# PROBLEM REQUIREMENTS
Below are entries. Reproduce exactly the lines between the line holding "f 237 238 239" and the line holding "v -8.876 -0.411 0", inclusive, and only those.

# RECORD EXTRACTS

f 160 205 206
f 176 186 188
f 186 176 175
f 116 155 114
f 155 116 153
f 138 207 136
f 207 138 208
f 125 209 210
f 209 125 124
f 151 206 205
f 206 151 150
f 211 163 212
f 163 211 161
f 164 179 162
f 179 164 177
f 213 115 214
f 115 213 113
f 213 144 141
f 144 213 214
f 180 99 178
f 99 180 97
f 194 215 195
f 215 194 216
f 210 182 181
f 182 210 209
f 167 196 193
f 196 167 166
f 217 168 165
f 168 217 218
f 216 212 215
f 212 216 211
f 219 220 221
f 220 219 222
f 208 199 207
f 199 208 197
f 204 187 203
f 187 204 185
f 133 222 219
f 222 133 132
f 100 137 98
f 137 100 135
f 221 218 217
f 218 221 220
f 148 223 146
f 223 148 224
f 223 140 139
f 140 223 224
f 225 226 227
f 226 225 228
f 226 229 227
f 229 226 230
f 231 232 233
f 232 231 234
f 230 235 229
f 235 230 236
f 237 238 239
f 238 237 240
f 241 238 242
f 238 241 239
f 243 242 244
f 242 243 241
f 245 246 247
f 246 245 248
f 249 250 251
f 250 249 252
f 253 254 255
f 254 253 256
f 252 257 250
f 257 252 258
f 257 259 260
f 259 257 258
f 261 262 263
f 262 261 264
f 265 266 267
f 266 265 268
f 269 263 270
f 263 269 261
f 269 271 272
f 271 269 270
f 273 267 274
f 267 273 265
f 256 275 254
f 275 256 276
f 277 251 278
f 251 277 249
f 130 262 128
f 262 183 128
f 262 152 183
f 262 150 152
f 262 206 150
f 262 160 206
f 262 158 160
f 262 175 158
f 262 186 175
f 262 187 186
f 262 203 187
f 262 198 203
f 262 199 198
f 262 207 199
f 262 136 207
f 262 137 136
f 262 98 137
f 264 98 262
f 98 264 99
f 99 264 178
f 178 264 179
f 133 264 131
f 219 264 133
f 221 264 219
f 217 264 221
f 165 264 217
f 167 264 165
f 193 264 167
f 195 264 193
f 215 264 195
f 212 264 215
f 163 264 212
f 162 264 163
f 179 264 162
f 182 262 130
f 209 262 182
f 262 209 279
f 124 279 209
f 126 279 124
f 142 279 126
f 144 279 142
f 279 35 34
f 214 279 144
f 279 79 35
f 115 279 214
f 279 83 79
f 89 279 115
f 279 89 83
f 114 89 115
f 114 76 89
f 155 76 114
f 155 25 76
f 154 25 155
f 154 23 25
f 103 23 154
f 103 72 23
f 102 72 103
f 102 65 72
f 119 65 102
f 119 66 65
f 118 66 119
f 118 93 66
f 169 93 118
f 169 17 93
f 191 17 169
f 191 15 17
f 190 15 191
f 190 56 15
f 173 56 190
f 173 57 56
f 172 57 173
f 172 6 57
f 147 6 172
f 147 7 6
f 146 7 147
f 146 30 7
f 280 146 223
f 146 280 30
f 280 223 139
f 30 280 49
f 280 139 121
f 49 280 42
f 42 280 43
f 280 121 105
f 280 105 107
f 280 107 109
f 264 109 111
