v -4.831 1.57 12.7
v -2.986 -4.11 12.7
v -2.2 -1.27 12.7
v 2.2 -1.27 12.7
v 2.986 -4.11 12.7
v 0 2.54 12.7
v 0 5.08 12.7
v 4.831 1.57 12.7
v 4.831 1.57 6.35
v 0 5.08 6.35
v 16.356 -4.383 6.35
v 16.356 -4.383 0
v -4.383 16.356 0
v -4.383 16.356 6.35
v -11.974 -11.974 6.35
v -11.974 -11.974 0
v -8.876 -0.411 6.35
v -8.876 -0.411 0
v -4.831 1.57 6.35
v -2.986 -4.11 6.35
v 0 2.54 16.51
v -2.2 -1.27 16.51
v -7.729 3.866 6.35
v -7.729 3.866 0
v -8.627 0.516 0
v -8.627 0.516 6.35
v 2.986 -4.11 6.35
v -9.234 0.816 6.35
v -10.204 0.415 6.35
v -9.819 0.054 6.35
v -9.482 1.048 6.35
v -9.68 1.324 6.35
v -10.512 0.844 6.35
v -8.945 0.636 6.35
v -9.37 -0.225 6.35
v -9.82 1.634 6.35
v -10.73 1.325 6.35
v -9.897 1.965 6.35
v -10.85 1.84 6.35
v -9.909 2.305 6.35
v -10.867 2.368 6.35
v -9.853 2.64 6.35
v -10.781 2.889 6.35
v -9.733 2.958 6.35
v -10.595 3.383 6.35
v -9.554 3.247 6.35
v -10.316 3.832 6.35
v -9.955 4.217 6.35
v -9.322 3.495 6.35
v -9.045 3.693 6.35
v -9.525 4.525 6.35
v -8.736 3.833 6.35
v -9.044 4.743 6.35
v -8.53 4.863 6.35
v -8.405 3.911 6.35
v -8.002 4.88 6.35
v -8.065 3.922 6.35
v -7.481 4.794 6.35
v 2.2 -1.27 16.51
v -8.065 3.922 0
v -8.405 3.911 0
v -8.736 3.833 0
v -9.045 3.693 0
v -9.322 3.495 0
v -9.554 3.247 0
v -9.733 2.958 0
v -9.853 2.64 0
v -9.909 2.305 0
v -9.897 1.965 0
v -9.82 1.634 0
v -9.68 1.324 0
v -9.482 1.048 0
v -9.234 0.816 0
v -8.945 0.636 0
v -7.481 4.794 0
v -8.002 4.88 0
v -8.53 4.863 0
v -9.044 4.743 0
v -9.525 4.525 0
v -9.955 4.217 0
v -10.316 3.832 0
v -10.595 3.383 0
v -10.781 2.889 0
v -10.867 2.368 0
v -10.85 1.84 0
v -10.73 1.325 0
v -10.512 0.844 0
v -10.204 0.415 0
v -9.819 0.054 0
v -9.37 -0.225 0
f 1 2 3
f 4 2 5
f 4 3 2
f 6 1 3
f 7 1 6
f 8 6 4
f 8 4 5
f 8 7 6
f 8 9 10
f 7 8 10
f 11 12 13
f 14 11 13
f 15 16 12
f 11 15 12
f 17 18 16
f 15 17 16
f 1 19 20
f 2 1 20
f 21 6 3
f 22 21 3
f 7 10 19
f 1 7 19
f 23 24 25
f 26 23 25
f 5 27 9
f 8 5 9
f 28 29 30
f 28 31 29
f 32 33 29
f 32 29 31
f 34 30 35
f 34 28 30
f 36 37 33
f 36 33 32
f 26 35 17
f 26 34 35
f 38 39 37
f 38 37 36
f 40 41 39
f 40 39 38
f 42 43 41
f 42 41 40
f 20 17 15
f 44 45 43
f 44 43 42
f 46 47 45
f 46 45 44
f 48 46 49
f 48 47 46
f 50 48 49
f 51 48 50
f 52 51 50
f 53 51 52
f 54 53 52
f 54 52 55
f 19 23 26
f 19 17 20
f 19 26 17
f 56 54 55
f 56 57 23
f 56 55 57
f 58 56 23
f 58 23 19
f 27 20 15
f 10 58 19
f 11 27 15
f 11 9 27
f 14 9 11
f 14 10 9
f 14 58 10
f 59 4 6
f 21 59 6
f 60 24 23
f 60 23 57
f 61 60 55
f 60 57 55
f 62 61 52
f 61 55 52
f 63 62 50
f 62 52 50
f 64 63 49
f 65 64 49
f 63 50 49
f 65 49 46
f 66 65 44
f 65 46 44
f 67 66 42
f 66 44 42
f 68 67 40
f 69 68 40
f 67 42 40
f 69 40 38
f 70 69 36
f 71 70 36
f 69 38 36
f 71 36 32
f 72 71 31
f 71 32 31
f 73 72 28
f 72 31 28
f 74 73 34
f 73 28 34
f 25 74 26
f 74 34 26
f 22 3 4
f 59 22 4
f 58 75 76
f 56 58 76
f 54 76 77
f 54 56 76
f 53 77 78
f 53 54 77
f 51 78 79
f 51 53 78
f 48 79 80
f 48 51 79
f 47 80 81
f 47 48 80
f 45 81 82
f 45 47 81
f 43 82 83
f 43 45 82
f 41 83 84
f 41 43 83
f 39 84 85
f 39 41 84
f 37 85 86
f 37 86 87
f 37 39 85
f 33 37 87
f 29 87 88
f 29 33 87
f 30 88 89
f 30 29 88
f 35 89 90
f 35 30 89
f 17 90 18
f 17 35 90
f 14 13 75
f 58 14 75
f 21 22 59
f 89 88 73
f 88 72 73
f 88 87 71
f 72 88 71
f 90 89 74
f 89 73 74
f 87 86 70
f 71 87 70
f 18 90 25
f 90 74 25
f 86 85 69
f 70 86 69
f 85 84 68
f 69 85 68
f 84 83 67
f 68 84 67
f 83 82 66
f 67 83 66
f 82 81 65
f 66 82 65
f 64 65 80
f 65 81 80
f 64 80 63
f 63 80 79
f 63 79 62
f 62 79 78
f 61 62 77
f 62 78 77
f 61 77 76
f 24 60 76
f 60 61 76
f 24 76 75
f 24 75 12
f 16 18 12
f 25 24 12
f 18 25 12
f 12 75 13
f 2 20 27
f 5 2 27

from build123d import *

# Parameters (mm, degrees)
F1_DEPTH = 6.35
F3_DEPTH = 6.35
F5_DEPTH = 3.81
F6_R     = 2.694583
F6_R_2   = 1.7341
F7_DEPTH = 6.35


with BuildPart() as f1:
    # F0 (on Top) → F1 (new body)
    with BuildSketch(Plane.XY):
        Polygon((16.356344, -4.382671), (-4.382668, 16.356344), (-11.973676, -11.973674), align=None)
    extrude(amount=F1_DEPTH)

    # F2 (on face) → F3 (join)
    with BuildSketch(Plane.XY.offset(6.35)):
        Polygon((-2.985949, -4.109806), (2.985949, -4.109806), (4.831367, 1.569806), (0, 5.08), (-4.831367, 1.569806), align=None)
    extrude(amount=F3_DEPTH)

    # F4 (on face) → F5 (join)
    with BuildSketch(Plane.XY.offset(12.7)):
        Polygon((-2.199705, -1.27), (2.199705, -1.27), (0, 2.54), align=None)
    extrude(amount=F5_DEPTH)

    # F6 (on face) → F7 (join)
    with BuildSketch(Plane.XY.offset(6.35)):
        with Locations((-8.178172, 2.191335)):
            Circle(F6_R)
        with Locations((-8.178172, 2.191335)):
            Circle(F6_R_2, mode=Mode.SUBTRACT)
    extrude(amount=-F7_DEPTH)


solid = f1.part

# WRITTEN ANSWER
f 237 238 239
f 238 237 240
f 241 238 242
f 238 241 239
f 243 242 244
f 242 243 241
f 245 246 247
f 246 245 248
f 249 250 251
f 250 249 252
f 253 254 255
f 254 253 256
f 252 257 250
f 257 252 258
f 257 259 260
f 259 257 258
f 261 262 263
f 262 261 264
f 265 266 267
f 266 265 268
f 269 263 270
f 263 269 261
f 269 271 272
f 271 269 270
f 273 267 274
f 267 273 265
f 256 275 254
f 275 256 276
f 277 251 278
f 251 277 249
f 130 262 128
f 262 183 128
f 262 152 183
f 262 150 152
f 262 206 150
f 262 160 206
f 262 158 160
f 262 175 158
f 262 186 175
f 262 187 186
f 262 203 187
f 262 198 203
f 262 199 198
f 262 207 199
f 262 136 207
f 262 137 136
f 262 98 137
f 264 98 262
f 98 264 99
f 99 264 178
f 178 264 179
f 133 264 131
f 219 264 133
f 221 264 219
f 217 264 221
f 165 264 217
f 167 264 165
f 193 264 167
f 195 264 193
f 215 264 195
f 212 264 215
f 163 264 212
f 162 264 163
f 179 264 162
f 182 262 130
f 209 262 182
f 262 209 279
f 124 279 209
f 126 279 124
f 142 279 126
f 144 279 142
f 279 35 34
f 214 279 144
f 279 79 35
f 115 279 214
f 279 83 79
f 89 279 115
f 279 89 83
f 114 89 115
f 114 76 89
f 155 76 114
f 155 25 76
f 154 25 155
f 154 23 25
f 103 23 154
f 103 72 23
f 102 72 103
f 102 65 72
f 119 65 102
f 119 66 65
f 118 66 119
f 118 93 66
f 169 93 118
f 169 17 93
f 191 17 169
f 191 15 17
f 190 15 191
f 190 56 15
f 173 56 190
f 173 57 56
f 172 57 173
f 172 6 57
f 147 6 172
f 147 7 6
f 146 7 147
f 146 30 7
f 280 146 223
f 146 280 30
f 280 223 139
f 30 280 49
f 280 139 121
f 49 280 42
f 42 280 43
f 280 121 105
f 280 105 107
f 280 107 109
f 264 109 111
v -4.831 1.57 12.7
v -2.986 -4.11 12.7
v -2.2 -1.27 12.7
v 2.2 -1.27 12.7
v 2.986 -4.11 12.7
v 0 2.54 12.7
v 0 5.08 12.7
v 4.831 1.57 12.7
v 4.831 1.57 6.35
v 0 5.08 6.35
v 16.356 -4.383 6.35
v 16.356 -4.383 0
v -4.383 16.356 0
v -4.383 16.356 6.35
v -11.974 -11.974 6.35
v -11.974 -11.974 0
v -8.876 -0.411 6.35
v -8.876 -0.411 0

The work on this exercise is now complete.